This conspiracy against me must have found a way to hide people. Possibly under lead, in bunkers, that sort of thing. And I never knew, not really, until one of them made a mistake. Normally, conspiracies are almost impossible to keep secret. The more people involved in something, the less they can keep quiet. But I had a whole damn world to listen to and almost nobody helping me do it. Worse, they began to take out my Electric Eyes as I flew along. Ambushes, traps. I couldn’t do anything but force them into retreat and hiding.

The voices and sensations threatened to intrude on my head. I’d been doing so well. I’d gotten to the point where I could mostly keep to my own mind, the various connections to nanite-infested individuals being regulated by the Electric Eyes and my mind having gotten used to it. Except now I was down to four of the helper robots, all while I tried to keep an eye on Empyreal City and watch the progress of my digital twin.

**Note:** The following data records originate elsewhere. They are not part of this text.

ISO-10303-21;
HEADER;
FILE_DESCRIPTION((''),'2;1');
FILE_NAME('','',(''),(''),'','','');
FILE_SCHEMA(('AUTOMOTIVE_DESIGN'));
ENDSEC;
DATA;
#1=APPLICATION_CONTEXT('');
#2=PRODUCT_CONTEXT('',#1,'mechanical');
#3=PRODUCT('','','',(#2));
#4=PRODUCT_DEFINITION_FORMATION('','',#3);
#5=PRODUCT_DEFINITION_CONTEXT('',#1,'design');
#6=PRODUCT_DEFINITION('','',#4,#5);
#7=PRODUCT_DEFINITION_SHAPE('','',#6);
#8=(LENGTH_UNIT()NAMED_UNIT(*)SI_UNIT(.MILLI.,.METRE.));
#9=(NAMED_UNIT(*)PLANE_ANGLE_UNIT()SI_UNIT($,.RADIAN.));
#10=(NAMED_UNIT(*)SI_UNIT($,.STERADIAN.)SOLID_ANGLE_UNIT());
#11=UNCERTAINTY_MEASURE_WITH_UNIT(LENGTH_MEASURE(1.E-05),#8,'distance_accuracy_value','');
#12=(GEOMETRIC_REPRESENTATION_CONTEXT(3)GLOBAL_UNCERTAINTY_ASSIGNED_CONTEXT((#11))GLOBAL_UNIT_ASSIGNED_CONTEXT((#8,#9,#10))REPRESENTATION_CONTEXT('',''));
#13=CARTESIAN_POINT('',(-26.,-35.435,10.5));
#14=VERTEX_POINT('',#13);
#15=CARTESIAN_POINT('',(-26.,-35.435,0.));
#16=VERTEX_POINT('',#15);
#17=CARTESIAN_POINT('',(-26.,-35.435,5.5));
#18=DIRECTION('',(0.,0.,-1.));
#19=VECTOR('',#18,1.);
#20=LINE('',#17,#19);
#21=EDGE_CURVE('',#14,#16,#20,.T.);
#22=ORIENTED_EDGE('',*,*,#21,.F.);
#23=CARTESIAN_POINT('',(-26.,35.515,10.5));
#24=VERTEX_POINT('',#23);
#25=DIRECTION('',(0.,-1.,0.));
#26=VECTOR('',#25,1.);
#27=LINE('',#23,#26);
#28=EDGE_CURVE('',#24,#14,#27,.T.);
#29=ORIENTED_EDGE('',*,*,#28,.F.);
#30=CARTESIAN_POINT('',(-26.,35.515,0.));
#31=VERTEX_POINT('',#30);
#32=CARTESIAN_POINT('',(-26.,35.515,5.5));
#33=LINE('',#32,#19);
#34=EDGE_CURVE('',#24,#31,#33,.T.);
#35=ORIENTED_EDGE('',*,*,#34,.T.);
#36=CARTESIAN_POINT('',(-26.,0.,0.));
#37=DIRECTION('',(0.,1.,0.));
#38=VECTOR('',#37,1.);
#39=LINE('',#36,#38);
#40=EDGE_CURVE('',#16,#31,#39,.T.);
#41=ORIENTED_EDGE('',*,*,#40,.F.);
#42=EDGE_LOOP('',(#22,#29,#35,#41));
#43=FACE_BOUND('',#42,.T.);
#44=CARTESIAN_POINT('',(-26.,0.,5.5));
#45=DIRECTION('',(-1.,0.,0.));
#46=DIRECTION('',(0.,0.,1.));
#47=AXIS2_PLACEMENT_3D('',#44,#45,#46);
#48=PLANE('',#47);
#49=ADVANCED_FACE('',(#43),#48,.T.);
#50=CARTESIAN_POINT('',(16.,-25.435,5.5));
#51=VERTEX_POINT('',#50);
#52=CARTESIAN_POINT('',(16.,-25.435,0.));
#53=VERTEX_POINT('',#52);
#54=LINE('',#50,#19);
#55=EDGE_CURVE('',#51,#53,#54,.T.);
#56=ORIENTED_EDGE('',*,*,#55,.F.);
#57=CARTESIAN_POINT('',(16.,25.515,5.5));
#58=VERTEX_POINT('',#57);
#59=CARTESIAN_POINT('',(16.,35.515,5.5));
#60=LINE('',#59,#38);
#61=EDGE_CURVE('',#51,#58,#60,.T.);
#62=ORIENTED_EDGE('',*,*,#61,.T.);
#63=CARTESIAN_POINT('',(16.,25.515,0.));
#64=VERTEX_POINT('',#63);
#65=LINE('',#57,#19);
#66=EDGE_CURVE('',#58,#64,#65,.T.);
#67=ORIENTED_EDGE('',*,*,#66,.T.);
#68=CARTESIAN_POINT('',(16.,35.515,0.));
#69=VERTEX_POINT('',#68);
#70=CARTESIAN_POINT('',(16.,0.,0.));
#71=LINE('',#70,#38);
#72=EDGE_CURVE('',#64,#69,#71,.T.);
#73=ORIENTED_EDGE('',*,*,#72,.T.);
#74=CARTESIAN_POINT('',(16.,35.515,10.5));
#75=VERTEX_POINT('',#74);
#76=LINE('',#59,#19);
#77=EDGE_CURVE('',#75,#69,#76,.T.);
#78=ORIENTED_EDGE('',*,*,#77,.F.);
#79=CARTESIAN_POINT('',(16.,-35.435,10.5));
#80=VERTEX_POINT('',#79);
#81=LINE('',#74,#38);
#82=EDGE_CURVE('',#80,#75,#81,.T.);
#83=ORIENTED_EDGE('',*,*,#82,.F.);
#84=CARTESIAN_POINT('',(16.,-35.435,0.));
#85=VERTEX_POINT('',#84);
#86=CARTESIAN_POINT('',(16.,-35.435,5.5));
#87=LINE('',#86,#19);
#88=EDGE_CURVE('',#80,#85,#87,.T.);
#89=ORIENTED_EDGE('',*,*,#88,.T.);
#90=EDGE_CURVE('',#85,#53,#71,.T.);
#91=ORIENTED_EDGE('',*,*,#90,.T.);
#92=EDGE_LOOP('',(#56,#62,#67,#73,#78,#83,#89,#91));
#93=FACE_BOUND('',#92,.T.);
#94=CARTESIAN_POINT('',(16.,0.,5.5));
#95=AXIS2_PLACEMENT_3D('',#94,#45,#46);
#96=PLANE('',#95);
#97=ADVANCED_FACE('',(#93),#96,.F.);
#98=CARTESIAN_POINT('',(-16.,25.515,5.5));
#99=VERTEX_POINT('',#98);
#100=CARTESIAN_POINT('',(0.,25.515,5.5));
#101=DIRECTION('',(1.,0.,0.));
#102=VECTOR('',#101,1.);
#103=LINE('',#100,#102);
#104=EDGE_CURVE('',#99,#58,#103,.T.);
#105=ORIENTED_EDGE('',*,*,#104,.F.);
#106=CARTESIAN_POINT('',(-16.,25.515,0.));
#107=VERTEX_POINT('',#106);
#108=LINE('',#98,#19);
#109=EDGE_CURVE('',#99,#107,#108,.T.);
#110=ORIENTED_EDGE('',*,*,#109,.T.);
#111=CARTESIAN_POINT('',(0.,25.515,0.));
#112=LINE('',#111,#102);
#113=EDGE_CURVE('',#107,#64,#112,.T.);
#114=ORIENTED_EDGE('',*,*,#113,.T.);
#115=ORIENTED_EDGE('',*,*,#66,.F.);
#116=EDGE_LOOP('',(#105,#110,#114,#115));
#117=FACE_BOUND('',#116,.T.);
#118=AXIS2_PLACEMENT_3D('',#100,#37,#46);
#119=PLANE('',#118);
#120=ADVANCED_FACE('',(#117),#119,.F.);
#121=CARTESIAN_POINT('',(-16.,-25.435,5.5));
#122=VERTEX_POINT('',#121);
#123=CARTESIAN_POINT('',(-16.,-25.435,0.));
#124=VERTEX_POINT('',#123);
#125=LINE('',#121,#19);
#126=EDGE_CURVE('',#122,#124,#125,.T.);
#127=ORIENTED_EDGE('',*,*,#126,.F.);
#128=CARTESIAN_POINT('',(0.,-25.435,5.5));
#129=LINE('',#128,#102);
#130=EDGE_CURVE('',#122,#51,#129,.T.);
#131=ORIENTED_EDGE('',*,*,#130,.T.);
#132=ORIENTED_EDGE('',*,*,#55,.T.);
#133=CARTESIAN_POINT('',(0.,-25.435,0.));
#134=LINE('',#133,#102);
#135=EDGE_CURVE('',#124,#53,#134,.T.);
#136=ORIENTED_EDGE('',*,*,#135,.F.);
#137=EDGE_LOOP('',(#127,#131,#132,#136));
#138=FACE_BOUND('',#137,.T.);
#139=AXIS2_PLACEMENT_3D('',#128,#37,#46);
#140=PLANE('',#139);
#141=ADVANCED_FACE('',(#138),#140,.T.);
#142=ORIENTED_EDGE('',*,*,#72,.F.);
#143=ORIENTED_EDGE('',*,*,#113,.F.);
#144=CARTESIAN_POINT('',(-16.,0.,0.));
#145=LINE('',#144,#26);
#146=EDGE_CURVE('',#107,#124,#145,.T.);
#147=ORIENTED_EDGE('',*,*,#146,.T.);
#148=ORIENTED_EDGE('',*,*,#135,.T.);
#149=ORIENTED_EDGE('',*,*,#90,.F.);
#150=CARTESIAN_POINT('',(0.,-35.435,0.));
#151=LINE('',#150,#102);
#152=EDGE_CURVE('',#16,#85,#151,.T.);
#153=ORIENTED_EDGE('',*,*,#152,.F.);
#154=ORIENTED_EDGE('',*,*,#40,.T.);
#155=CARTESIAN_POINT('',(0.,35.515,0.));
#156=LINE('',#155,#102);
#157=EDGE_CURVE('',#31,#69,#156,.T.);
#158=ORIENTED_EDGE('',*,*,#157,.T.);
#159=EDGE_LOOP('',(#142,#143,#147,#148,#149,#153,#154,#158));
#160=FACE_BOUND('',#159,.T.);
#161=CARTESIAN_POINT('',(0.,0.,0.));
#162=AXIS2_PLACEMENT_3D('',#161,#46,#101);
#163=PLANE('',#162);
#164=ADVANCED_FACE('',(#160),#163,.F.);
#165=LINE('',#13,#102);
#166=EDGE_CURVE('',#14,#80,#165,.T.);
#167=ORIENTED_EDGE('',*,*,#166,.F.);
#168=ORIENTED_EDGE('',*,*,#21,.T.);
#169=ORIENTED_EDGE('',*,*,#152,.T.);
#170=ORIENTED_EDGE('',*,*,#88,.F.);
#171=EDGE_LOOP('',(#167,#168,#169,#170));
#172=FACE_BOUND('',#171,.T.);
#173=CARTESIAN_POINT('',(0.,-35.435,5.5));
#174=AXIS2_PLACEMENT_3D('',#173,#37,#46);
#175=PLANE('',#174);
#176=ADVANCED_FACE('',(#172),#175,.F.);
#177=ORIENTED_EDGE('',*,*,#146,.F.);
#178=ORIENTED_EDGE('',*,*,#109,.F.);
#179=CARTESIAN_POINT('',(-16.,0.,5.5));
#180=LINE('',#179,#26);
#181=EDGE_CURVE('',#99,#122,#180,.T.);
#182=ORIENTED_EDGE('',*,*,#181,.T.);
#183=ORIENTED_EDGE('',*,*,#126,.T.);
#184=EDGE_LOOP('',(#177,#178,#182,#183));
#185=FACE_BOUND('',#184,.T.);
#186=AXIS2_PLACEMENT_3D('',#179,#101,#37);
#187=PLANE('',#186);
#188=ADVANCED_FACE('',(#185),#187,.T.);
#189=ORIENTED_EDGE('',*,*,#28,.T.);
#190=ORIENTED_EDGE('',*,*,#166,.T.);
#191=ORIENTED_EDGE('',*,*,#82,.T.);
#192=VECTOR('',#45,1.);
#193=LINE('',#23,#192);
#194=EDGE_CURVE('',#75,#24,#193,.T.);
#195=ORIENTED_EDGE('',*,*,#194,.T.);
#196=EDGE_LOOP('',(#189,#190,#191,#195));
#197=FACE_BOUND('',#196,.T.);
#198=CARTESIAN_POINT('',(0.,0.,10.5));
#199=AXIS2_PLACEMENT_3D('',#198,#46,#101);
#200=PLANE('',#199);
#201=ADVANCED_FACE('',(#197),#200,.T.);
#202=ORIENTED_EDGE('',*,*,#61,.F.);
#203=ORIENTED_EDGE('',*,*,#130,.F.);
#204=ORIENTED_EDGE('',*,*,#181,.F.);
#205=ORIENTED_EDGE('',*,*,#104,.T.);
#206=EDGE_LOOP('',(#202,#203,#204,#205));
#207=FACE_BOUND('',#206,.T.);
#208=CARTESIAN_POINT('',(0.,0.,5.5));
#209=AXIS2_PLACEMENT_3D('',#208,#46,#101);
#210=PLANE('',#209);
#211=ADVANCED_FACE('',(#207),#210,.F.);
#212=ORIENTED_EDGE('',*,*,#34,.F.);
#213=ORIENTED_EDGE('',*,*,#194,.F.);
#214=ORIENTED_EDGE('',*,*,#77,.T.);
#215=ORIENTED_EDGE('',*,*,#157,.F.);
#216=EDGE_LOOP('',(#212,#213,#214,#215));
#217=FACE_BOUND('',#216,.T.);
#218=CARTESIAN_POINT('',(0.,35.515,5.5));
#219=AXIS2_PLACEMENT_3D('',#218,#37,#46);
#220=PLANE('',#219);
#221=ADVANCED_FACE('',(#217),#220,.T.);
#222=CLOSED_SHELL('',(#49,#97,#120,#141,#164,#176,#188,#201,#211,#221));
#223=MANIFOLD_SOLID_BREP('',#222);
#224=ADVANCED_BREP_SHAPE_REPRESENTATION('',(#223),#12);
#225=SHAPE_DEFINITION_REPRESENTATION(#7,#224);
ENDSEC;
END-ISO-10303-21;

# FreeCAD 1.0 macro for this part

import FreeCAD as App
import Part
import Sketcher
from FreeCAD import Vector
Q = App.Units.Quantity

doc = App.newDocument("Part")
body = doc.addObject("PartDesign::Body", "Body")

sketch1 = body.newObject("Sketcher::SketchObject", "Sketch")
sketch1.AttachmentSupport = (doc.getObject("XY_Plane"), [""])
sketch1.MapMode = "FlatFace"
sketch1.addGeometry(Part.LineSegment(Vector(-16, -25, 0), Vector(-16, 26, 0)), False)
sketch1.addGeometry(Part.LineSegment(Vector(-16, 26, 0), Vector(16, 26, 0)), False)
sketch1.addGeometry(Part.LineSegment(Vector(16, 26, 0), Vector(16, 36, 0)), False)
sketch1.addGeometry(Part.LineSegment(Vector(16, 36, 0), Vector(-26, 36, 0)), False)
sketch1.addGeometry(Part.LineSegment(Vector(-26, 36, 0), Vector(-26, -35, 0)), False)
sketch1.addGeometry(Part.LineSegment(Vector(-26, -35, 0), Vector(16, -35, 0)), False)
sketch1.addGeometry(Part.LineSegment(Vector(16, -35, 0), Vector(16, -25, 0)), False)
sketch1.addGeometry(Part.LineSegment(Vector(16, -25, 0), Vector(-16, -25, 0)), False)
sketch1.addConstraint(Sketcher.Constraint("Coincident", 0, 2, 1, 1))
sketch1.addConstraint(Sketcher.Constraint("Coincident", 1, 2, 2, 1))
sketch1.addConstraint(Sketcher.Constraint("Coincident", 2, 2, 3, 1))
sketch1.addConstraint(Sketcher.Constraint("Coincident", 3, 2, 4, 1))
sketch1.addConstraint(Sketcher.Constraint("Coincident", 4, 2, 5, 1))
sketch1.addConstraint(Sketcher.Constraint("Coincident", 5, 2, 6, 1))
sketch1.addConstraint(Sketcher.Constraint("Coincident", 6, 2, 7, 1))
sketch1.addConstraint(Sketcher.Constraint("Coincident", 7, 2, 0, 1))
sketch1.addConstraint(Sketcher.Constraint("Vertical", 0))
sketch1.addConstraint(Sketcher.Constraint("Horizontal", 1))
sketch1.addConstraint(Sketcher.Constraint("Vertical", 2))
sketch1.addConstraint(Sketcher.Constraint("Horizontal", 3))
sketch1.addConstraint(Sketcher.Constraint("Vertical", 4))
sketch1.addConstraint(Sketcher.Constraint("Horizontal", 5))
sketch1.addConstraint(Sketcher.Constraint("Vertical", 6))
sketch1.addConstraint(Sketcher.Constraint("Horizontal", 7))
sketch1.addConstraint(Sketcher.Constraint("Vertical", 2, 2, 5, 2))
sketch1.addConstraint(Sketcher.Constraint("Equal", 2, 6))
sketch1.addConstraint(Sketcher.Constraint("DistanceX", 1, 1, 1, 2, Q("32 mm")))
sketch1.addConstraint(Sketcher.Constraint("DistanceX", 3, 2, 3, 1, Q("42 mm")))
sketch1.addConstraint(Sketcher.Constraint("DistanceY", 2, 1, 2, 2, Q("10 mm")))
sketch1.addConstraint(Sketcher.Constraint("DistanceX", 0, 2, -1, 1, Q("16 mm")))
sketch1.addConstraint(Sketcher.Constraint("DistanceY", 0, 1, 0, 2, Q("50.95 mm")))
sketch1.addConstraint(Sketcher.Constraint("DistanceY", -1, 1, 0, 2, Q("25.515 mm")))
pad1 = body.newObject("PartDesign::Pad", "Pad")
pad1.Profile = sketch1
pad1.Length = 5.5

I can hardly blame him for killing all those people. I certainly didn’t order an evacuation for the sake of their lives, save Carl and his family. Mostly, I just wanted to thwart him. He had a plan; same plan I’d have in his place. Keep fighting, draw me in, and take me out. He’d have the advantage of a bit more time to discover any flaws in the robot’s assembly, maybe find a way to put together traps outside my area of surveillance. No need to run or hide. He knows I’m on my way.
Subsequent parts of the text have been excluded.